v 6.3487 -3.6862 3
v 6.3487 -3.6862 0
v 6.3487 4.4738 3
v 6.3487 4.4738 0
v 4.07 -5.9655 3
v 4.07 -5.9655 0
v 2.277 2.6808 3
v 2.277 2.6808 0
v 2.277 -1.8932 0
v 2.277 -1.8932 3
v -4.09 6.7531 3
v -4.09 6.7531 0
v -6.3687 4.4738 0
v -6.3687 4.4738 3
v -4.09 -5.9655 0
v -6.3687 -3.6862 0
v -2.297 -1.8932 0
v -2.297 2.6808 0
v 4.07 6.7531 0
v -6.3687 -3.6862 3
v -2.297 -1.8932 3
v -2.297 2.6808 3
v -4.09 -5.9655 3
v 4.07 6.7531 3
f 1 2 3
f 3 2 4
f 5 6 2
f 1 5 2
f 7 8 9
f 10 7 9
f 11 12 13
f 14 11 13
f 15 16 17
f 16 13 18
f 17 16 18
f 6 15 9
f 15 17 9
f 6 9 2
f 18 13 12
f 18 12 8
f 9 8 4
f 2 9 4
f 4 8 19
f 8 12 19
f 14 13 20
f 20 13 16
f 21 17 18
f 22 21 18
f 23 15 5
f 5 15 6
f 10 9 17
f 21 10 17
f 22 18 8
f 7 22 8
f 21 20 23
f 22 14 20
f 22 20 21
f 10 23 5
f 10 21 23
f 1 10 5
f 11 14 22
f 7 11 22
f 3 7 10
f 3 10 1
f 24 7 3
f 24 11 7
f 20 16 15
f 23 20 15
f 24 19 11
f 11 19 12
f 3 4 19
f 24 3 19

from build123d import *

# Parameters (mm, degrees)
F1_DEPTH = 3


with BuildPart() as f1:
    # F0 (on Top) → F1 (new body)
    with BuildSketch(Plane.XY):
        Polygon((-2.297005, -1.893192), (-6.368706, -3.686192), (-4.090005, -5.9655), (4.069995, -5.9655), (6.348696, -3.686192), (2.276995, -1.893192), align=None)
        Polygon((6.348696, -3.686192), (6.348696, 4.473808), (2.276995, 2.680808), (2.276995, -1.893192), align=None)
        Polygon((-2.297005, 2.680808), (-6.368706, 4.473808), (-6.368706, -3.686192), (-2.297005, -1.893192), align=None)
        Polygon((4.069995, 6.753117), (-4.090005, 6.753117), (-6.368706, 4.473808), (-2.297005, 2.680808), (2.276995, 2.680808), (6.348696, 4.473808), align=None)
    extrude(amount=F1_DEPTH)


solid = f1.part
·····
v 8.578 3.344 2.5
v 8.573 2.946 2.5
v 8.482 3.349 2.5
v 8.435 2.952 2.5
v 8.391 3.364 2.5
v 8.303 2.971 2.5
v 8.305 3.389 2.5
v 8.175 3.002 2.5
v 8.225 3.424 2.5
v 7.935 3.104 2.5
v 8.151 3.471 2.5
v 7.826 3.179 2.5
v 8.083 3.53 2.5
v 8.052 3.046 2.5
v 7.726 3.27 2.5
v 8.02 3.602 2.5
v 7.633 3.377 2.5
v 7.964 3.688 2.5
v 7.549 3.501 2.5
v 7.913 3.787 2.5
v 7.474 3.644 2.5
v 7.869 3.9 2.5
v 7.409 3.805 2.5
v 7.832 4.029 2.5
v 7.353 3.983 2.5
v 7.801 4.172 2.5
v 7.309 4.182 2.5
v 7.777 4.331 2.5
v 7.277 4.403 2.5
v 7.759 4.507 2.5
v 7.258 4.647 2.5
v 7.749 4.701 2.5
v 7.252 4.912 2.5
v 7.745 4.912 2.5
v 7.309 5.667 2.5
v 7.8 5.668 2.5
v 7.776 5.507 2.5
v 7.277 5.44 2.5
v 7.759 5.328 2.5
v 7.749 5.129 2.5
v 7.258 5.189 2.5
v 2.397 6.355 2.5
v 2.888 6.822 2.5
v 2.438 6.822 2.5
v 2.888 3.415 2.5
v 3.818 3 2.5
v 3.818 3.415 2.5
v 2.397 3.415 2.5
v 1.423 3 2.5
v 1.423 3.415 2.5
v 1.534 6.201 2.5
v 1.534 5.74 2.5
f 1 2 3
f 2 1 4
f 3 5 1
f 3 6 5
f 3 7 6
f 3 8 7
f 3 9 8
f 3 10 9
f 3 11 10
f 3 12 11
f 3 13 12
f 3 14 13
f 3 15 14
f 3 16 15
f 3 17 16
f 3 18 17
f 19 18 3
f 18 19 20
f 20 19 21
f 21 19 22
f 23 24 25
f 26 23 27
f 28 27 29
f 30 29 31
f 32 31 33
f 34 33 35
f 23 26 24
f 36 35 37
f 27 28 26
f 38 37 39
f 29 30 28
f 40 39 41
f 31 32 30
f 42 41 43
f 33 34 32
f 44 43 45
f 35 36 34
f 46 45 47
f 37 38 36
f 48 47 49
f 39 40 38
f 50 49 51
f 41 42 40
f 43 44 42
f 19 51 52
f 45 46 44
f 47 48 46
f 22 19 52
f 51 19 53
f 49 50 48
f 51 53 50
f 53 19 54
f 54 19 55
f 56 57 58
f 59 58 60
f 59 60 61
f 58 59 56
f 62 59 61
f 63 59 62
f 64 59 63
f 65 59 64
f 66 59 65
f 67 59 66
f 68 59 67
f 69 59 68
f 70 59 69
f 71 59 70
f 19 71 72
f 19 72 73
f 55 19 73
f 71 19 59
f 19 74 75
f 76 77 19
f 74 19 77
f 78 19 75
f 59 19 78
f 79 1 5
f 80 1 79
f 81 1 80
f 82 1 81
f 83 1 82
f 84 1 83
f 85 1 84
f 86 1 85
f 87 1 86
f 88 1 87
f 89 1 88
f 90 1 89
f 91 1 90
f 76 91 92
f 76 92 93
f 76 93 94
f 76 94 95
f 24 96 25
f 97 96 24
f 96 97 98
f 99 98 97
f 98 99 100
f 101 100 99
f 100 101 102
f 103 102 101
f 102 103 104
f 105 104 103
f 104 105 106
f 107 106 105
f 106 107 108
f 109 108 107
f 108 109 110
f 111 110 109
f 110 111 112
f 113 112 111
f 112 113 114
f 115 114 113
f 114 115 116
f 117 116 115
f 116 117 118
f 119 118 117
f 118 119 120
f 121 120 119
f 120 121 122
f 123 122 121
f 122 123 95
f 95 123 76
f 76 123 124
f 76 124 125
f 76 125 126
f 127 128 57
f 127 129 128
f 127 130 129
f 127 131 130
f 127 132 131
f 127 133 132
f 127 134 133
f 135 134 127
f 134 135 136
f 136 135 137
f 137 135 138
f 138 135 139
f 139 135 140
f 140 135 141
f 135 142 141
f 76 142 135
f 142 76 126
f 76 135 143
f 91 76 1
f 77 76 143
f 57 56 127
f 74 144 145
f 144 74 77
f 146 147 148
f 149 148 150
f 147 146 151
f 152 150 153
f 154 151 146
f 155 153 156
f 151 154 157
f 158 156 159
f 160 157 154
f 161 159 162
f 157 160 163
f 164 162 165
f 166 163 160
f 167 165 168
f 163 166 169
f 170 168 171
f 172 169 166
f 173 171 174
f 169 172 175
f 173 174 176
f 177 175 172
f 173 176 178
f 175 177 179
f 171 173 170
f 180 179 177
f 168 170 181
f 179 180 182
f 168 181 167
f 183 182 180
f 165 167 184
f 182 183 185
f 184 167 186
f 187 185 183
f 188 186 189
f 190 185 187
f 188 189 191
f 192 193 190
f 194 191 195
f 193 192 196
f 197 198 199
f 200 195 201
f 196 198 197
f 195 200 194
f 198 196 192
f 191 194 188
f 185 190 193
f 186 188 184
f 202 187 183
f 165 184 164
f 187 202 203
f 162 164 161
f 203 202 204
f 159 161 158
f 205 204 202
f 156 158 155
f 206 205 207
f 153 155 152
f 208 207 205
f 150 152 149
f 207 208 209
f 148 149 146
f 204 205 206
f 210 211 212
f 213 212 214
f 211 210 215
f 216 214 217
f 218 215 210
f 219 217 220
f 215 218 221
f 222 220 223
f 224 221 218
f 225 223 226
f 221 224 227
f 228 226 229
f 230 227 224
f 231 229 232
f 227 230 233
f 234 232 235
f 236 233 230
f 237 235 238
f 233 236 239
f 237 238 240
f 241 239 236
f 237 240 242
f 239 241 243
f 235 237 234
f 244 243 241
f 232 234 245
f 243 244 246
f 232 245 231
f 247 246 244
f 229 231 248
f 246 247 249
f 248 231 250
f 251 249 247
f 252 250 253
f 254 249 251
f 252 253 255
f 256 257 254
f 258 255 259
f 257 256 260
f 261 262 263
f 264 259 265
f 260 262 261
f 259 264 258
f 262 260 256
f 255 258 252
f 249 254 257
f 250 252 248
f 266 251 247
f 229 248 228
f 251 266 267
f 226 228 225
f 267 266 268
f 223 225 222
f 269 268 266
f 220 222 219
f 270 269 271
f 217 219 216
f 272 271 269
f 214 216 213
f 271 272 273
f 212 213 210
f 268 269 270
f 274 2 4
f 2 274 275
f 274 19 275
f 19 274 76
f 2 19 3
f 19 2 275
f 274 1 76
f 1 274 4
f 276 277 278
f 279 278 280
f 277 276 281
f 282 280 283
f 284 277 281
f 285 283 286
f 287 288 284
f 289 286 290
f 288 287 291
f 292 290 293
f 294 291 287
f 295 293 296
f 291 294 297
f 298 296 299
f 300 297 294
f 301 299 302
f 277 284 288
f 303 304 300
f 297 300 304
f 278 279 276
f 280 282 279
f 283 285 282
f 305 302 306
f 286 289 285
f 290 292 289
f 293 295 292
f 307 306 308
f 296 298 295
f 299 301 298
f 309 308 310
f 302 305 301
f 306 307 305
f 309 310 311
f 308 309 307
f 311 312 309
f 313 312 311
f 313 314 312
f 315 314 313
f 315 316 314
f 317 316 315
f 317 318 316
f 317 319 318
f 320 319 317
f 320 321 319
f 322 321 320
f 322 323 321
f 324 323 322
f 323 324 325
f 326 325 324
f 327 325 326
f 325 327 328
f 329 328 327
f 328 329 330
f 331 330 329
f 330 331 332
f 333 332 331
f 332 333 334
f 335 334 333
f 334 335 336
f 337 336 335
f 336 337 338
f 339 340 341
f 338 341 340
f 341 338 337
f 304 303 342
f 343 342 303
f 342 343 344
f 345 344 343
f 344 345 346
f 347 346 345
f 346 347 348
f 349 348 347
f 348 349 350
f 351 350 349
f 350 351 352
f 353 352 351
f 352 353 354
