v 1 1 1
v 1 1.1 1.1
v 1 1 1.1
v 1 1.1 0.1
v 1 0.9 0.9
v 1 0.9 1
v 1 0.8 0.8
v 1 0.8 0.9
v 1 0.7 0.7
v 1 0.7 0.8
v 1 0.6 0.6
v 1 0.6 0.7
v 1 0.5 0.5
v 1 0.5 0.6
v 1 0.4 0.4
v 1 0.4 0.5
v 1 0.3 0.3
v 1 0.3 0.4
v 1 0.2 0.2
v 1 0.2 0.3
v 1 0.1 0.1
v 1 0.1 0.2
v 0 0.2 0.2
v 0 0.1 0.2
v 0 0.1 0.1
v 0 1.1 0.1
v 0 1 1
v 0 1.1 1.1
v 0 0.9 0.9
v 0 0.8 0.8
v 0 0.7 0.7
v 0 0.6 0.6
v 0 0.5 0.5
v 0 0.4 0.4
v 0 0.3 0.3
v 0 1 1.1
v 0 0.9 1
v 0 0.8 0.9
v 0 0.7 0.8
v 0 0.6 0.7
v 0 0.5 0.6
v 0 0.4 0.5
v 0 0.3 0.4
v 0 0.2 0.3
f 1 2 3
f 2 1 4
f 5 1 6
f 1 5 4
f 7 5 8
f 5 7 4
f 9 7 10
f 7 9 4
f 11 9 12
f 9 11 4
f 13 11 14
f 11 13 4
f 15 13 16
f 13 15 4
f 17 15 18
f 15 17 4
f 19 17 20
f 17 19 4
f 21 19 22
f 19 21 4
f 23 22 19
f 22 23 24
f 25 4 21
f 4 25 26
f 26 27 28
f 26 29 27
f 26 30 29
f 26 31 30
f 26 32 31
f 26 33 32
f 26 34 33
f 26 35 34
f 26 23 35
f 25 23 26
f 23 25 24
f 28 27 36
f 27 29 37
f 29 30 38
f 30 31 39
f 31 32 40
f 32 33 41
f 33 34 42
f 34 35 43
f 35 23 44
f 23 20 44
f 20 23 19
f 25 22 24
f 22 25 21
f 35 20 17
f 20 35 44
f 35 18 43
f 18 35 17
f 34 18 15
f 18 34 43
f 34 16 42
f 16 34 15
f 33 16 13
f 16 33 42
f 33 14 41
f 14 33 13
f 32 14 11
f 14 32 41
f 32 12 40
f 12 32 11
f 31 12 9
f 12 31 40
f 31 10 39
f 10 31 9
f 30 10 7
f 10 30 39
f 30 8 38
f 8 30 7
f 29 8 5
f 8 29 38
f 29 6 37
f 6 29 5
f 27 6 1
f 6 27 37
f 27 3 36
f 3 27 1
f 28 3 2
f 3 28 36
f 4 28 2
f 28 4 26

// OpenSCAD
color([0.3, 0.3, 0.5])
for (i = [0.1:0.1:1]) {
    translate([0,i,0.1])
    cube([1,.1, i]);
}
·····
All that is wanted is a faithful reproduction of the line above with "f 224 221 218", the line with "f 256 257 254", and every line in between.

* RESULT OF THIS TASK
f 224 221 218
f 225 223 226
f 221 224 227
f 228 226 229
f 230 227 224
f 231 229 232
f 227 230 233
f 234 232 235
f 236 233 230
f 237 235 238
f 233 236 239
f 237 238 240
f 241 239 236
f 237 240 242
f 239 241 243
f 235 237 234
f 244 243 241
f 232 234 245
f 243 244 246
f 232 245 231
f 247 246 244
f 229 231 248
f 246 247 249
f 248 231 250
f 251 249 247
f 252 250 253
f 254 249 251
f 252 253 255
f 256 257 254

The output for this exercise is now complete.